Hope everyone had happy holidays and a new year! Bear is now at 16 weeks and growing very quickly  She has been a wonderful puppy but we are starting to have some problems this past week. I know she is probably teething so I have been giving her lots of toys and dental/nyla bones to chew. She has begun biting me and I tell her "no" very sternly (which will usually stop her with anything). She is not listening and has been lunging at my face. She is also pulling on my pant legs when I take her out and I can't for the life of me get her off. She pulls and chews on her leash during the walk and refuses to go back inside. She hates being picked up now and will run whenever I try no matter how happy I am and even if I have a treat. I feel like we are going through the Terrible Two's. She starts puppy kindergarden on the 11th but I am going crazy until then. This behavior is all brand new and have not had any problems with her until now. Is this something I'm doing wrong? Any advice would help.

Thanks,
Nicole


----------



## kendal (Jul 16, 2009)

yeah you need to get this sorted before she gets any bigger. for the lead biting, if its a nylon lead then hold it with both hands with space in between, encourage he to bite it when she dose pull it sharply to the side so she gets a small burning sensation on he tongue. kinda like if you were to halve a rope pulled through your hands. she should find it uncomfortable and not want to take the lead in her mouth. 

get her off the couch, let her up if she is going to be good and sit but not if she is going for your face. if she dose put her down make her go to a blanket or something in the corner of the room, don't let her sit at your feet unless she is behaving. 


the pants, put her lead on and walk round the house or do whatever it is that attracts her to bite them. She she dose tug on her lead, one really hard correction is better than lots of little ones. you may feel guilty but she needs to know this is not acceptable. 
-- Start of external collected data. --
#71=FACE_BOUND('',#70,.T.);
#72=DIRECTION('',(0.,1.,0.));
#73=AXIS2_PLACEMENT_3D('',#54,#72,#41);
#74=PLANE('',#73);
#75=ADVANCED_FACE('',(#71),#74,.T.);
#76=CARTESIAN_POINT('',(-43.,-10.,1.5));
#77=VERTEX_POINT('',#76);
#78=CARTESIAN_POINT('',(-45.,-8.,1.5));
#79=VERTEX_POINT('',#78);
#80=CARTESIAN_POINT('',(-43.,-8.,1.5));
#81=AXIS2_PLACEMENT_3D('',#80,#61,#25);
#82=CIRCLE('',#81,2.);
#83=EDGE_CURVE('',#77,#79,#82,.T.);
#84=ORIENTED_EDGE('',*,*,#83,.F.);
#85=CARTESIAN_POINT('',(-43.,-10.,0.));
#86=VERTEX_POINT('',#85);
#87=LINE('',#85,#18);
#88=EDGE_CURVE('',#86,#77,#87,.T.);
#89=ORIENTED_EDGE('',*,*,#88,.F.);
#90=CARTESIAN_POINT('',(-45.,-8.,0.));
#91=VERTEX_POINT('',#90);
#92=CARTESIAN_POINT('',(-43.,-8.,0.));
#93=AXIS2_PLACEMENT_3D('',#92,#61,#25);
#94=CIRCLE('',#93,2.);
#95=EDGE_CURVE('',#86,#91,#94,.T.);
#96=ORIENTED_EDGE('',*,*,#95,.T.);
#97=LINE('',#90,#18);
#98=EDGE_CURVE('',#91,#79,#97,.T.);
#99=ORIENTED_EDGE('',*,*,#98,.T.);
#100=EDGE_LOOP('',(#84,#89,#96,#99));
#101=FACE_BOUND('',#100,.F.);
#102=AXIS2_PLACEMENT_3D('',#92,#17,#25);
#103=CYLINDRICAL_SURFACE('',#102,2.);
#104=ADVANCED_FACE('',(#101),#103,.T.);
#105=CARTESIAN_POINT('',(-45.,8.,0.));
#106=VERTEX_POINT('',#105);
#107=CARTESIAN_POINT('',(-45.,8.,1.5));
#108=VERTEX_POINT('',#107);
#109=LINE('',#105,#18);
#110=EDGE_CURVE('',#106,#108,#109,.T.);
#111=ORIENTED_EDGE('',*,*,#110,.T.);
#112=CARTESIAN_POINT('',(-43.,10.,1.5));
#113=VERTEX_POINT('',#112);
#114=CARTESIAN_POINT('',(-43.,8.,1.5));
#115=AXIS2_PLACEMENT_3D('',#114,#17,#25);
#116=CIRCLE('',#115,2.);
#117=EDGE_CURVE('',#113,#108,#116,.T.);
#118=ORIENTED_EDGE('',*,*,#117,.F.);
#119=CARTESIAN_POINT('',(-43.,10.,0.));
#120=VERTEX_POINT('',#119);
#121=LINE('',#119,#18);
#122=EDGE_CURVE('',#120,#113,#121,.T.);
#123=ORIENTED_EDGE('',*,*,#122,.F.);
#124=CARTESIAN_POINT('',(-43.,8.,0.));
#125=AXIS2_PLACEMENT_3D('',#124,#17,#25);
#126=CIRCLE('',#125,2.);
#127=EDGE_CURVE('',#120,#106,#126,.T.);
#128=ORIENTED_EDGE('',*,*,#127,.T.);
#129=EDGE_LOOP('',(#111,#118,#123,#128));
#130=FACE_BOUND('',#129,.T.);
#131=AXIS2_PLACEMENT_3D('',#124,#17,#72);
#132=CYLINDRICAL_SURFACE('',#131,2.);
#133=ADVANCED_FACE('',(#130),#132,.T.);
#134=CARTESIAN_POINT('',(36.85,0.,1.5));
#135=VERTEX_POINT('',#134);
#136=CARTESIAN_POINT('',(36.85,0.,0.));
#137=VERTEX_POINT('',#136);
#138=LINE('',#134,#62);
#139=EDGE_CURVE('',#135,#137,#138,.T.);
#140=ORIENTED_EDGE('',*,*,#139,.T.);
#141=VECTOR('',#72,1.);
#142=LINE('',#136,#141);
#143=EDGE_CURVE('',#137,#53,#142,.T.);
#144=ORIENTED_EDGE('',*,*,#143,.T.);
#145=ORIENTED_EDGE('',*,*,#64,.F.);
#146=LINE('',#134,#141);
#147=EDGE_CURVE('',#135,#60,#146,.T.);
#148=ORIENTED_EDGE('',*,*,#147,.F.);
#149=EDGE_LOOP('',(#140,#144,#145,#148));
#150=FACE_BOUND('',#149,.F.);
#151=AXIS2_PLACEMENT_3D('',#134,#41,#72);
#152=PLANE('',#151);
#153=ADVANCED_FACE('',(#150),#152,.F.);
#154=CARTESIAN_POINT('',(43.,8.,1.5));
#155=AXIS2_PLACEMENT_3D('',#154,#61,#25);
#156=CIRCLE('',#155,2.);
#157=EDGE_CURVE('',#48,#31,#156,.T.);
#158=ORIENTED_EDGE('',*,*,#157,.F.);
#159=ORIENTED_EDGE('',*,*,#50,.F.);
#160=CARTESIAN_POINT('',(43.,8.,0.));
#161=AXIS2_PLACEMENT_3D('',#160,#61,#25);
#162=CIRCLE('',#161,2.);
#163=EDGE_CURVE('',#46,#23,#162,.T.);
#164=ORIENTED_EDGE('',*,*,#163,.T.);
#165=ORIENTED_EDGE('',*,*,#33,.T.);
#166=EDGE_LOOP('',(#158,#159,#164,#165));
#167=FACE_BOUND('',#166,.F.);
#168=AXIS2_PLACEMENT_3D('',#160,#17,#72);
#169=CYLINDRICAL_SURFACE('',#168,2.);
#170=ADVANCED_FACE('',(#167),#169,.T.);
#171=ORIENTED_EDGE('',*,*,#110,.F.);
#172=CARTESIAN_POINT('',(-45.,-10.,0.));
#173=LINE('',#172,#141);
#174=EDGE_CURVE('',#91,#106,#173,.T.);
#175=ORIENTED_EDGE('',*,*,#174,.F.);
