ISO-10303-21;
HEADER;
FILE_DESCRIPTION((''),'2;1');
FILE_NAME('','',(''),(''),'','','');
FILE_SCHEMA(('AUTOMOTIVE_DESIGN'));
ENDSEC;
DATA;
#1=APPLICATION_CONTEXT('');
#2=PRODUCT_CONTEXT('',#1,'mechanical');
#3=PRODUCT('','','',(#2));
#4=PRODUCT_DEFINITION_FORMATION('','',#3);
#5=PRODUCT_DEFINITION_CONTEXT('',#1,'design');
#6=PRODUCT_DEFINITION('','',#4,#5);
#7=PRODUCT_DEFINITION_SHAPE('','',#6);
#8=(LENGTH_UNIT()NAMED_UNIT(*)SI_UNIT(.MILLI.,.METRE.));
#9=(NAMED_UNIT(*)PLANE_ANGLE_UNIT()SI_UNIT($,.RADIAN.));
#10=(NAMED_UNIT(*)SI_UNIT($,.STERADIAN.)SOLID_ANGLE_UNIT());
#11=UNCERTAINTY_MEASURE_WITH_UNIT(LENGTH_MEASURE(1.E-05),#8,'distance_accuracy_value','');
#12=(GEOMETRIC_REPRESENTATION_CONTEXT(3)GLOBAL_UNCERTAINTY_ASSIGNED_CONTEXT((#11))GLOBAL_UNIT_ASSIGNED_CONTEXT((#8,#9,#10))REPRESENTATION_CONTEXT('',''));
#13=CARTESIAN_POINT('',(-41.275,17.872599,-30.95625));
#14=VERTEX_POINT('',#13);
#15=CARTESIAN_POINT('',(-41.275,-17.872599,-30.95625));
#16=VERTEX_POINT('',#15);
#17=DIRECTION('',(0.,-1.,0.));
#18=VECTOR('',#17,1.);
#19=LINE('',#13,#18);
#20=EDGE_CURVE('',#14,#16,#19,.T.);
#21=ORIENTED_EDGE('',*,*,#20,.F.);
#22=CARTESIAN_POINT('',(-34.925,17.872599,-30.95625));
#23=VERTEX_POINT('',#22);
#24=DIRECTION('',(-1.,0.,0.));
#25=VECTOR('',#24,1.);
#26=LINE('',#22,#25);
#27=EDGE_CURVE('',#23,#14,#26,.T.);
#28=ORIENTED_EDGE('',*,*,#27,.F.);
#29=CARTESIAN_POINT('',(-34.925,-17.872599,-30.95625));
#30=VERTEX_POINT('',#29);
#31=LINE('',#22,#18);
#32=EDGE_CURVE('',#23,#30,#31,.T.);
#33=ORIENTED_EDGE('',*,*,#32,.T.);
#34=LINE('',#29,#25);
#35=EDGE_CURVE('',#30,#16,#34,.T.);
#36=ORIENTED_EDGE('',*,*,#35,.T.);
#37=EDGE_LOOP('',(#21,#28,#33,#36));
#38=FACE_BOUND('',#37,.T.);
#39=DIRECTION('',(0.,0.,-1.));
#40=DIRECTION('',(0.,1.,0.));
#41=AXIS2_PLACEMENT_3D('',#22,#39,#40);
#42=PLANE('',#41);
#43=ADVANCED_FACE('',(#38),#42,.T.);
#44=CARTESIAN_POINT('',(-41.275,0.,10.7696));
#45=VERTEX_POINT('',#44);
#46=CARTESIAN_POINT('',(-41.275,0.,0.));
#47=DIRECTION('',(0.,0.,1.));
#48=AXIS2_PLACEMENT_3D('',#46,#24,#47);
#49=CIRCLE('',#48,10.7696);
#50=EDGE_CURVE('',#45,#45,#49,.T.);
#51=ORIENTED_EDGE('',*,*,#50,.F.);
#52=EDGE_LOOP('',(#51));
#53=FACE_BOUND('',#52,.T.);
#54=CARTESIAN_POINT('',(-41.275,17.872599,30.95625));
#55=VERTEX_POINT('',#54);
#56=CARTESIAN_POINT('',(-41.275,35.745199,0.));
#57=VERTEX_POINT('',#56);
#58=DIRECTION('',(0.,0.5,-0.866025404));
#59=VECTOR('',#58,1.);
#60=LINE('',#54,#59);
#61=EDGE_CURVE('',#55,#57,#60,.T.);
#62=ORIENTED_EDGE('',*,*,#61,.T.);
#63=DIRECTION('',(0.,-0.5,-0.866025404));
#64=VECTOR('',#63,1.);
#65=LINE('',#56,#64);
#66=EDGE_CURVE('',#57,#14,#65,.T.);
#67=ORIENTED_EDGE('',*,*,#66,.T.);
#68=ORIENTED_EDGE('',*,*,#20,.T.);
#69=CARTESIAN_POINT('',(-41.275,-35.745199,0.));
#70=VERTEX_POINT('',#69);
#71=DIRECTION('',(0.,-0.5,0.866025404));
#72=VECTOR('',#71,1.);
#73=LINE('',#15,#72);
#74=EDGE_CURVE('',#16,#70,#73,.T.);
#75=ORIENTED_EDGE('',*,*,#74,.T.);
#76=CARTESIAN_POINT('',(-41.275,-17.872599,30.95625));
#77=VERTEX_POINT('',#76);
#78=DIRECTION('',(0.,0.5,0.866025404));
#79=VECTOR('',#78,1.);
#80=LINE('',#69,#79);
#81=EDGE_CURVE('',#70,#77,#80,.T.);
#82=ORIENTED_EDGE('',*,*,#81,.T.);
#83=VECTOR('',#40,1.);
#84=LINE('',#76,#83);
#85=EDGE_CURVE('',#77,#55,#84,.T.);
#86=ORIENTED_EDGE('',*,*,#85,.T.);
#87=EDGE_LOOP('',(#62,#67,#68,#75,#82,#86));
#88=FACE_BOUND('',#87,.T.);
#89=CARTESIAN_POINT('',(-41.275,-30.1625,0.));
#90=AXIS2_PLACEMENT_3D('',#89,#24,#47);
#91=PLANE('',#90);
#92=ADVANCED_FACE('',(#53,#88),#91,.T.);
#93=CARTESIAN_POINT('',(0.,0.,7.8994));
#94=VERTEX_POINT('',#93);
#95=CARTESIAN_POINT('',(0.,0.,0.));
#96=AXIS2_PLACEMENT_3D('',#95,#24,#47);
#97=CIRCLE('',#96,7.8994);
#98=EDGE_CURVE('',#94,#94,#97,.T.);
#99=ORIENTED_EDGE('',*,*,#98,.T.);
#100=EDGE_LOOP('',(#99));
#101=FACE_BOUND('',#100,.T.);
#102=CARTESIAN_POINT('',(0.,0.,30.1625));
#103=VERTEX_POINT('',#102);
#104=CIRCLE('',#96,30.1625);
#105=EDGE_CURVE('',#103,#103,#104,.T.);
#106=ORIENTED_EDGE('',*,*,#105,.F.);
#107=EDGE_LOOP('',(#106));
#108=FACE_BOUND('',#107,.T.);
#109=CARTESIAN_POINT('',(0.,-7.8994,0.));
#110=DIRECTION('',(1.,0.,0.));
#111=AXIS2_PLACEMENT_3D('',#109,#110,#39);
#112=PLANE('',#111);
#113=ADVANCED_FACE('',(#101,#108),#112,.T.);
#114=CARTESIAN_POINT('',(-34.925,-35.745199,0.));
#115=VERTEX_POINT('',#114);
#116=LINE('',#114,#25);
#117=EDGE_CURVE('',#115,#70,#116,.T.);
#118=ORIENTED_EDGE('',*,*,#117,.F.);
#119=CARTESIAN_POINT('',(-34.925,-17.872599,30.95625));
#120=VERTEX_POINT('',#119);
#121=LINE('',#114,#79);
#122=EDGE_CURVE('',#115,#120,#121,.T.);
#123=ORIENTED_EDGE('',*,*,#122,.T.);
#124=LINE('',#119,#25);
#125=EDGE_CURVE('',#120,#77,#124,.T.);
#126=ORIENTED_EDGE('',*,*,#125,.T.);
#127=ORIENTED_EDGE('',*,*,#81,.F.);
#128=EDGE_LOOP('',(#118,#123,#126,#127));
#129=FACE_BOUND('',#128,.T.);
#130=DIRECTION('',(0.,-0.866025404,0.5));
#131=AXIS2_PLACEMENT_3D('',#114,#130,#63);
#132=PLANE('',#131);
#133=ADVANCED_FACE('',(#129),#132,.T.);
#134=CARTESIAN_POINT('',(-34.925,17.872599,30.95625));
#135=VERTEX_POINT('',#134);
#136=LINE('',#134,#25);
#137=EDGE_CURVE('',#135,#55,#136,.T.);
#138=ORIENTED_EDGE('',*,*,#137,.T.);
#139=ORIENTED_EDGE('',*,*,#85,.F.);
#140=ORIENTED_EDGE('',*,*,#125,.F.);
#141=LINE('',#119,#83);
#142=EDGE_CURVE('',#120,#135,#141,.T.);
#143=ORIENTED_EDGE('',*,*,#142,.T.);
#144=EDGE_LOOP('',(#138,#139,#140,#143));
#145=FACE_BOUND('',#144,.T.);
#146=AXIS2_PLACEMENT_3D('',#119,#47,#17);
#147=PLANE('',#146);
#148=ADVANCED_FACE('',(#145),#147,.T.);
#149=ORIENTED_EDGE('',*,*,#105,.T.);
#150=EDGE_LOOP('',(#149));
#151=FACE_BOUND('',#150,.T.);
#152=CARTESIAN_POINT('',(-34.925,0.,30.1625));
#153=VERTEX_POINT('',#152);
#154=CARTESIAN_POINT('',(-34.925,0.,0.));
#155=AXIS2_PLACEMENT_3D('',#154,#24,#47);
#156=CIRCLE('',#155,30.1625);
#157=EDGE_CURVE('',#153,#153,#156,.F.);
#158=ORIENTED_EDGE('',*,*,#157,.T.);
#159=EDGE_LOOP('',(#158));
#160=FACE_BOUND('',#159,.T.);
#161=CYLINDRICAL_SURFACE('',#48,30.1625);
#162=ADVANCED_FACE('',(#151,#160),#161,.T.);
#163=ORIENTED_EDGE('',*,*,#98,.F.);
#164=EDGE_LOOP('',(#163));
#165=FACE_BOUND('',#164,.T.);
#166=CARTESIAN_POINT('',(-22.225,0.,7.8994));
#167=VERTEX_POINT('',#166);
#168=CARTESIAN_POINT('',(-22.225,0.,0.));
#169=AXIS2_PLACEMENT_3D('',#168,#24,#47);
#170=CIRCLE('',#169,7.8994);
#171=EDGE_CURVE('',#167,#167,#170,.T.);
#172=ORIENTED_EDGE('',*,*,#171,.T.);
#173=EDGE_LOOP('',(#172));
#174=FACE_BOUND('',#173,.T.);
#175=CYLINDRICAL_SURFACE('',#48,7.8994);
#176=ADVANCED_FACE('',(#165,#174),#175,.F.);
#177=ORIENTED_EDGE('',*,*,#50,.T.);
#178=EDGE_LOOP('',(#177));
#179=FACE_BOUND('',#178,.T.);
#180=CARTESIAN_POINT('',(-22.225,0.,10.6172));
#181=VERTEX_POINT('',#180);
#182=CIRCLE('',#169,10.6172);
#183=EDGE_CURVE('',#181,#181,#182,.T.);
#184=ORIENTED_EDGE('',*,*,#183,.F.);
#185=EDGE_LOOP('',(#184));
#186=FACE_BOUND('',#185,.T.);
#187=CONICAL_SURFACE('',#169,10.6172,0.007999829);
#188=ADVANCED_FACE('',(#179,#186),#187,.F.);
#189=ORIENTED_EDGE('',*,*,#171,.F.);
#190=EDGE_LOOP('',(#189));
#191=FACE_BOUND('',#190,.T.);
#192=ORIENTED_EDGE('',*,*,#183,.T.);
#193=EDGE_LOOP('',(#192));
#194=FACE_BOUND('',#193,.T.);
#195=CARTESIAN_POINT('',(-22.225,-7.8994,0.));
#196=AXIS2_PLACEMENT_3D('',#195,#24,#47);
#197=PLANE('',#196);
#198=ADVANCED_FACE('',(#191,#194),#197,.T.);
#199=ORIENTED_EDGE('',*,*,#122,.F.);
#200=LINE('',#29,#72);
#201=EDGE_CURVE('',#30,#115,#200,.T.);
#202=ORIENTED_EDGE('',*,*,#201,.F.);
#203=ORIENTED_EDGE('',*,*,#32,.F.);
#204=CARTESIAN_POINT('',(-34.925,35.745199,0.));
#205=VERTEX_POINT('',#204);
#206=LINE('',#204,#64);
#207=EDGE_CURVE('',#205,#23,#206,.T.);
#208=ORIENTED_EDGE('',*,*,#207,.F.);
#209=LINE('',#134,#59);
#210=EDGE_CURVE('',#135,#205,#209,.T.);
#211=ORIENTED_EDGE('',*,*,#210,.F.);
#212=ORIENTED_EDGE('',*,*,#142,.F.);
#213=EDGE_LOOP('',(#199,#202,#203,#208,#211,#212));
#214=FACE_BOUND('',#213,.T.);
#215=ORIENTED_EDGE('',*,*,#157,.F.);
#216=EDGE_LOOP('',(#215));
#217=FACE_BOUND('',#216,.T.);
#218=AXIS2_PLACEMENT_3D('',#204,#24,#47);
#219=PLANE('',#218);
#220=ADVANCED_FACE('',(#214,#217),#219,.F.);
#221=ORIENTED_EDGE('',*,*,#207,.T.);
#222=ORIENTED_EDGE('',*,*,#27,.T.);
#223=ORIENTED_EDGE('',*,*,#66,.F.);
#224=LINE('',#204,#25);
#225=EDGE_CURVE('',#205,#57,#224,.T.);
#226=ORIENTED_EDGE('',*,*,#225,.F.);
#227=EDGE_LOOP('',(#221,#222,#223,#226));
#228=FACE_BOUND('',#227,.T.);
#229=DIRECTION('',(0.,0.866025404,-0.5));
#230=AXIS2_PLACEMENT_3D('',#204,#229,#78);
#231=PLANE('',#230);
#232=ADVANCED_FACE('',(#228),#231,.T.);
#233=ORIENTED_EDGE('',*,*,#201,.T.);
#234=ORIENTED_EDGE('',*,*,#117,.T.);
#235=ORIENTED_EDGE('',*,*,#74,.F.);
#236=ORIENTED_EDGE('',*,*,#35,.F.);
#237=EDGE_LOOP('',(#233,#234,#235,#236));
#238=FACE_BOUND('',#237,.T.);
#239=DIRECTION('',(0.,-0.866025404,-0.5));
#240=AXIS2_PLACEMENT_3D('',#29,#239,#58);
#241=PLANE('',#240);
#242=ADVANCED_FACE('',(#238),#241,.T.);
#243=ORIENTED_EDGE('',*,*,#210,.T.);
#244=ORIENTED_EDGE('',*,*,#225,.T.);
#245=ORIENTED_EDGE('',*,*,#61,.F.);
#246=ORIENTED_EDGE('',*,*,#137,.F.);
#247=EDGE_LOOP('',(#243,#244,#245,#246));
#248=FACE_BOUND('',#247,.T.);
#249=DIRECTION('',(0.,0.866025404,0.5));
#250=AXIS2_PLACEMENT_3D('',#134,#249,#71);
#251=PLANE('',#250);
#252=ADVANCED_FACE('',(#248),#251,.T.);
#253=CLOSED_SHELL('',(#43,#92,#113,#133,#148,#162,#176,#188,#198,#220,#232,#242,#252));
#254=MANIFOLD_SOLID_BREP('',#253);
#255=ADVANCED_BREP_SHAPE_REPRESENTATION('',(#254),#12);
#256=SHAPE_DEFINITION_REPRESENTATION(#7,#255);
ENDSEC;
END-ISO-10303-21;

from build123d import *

# Parameters (mm, degrees)
SKETCH2_R           = 10.7696
BOSS_EXTRUDE1_DEPTH = 6.35


with BuildPart() as part:
    # Sketch1 → Revolve1 (revolve)
    with BuildSketch(Plane.XY):
        Polygon((-41.275, -30.1625), (0, -30.1625), (0, -7.8994), (-22.225, -7.8994), (-22.225, -10.6172), (-41.275, -10.7696), align=None)
    revolve(axis=Axis((-41.275, 0, 0), (1, 0, 0)))

    # Sketch2 → Boss-Extrude1 (add)
    with BuildSketch(Plane.ZY.offset(41.275)):
        Polygon((0, 35.745198541), (-30.95625, 17.872599271), (-30.95625, -17.872599271), (0, -35.745198541), (30.95625, -17.872599271), (30.95625, 17.872599271), align=None)
        Circle(SKETCH2_R, mode=Mode.SUBTRACT)
    extrude(amount=-BOSS_EXTRUDE1_DEPTH)


solid = part.part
she may just be a dog that doesn't want to be lifted, there is nothing wrong with that as long as you can pick her up for like the vets table or in an emergency. try ignoring her don't fuss over her as much, you might be babying her to much.


----------



## louise2302 (Jan 9, 2010)

*really want to get a cockapoo but need advice*

Hi
I really want to get a cockapoo i have done lots of research and think it would be the perfect companion for me. The stumbling blocks i have is that i am self employed and on average 2 days a week i go out to work about 7am and return about 5.30pm and apart from that i work from home. I am worried about leaving a dog alone all day. also about 3 times a year i go away for 2 weeks so the dog would have to go into kennels and i wonder whether this is fair. I am on my own and really would like a companion and i know the dog would have a wonderful home but i am also concerned that i give it the best home. How would the dog cope when i am out all day and is it wrong to put a dog in kennels for this length of time. although i must say the local kennels are great and love the dogs as their own. I want to look at every angle before i make the committment.
thanks
louise


----------



## kendal (Jul 16, 2009)

hey welcome. 

can i ask whsat it is you do, and how many hours a day you are out. do you have any family or friends who could pop in on the dog. 

i work at a kennal part time and we have dogs that come in every week either as day borders or to stay the full week and go home at the weekend, or they come in for the weekend every week and go home for the week, so its not uncommon. but it depends on if you can aford to do this, as you say you are self employed it might be exspensive.


----------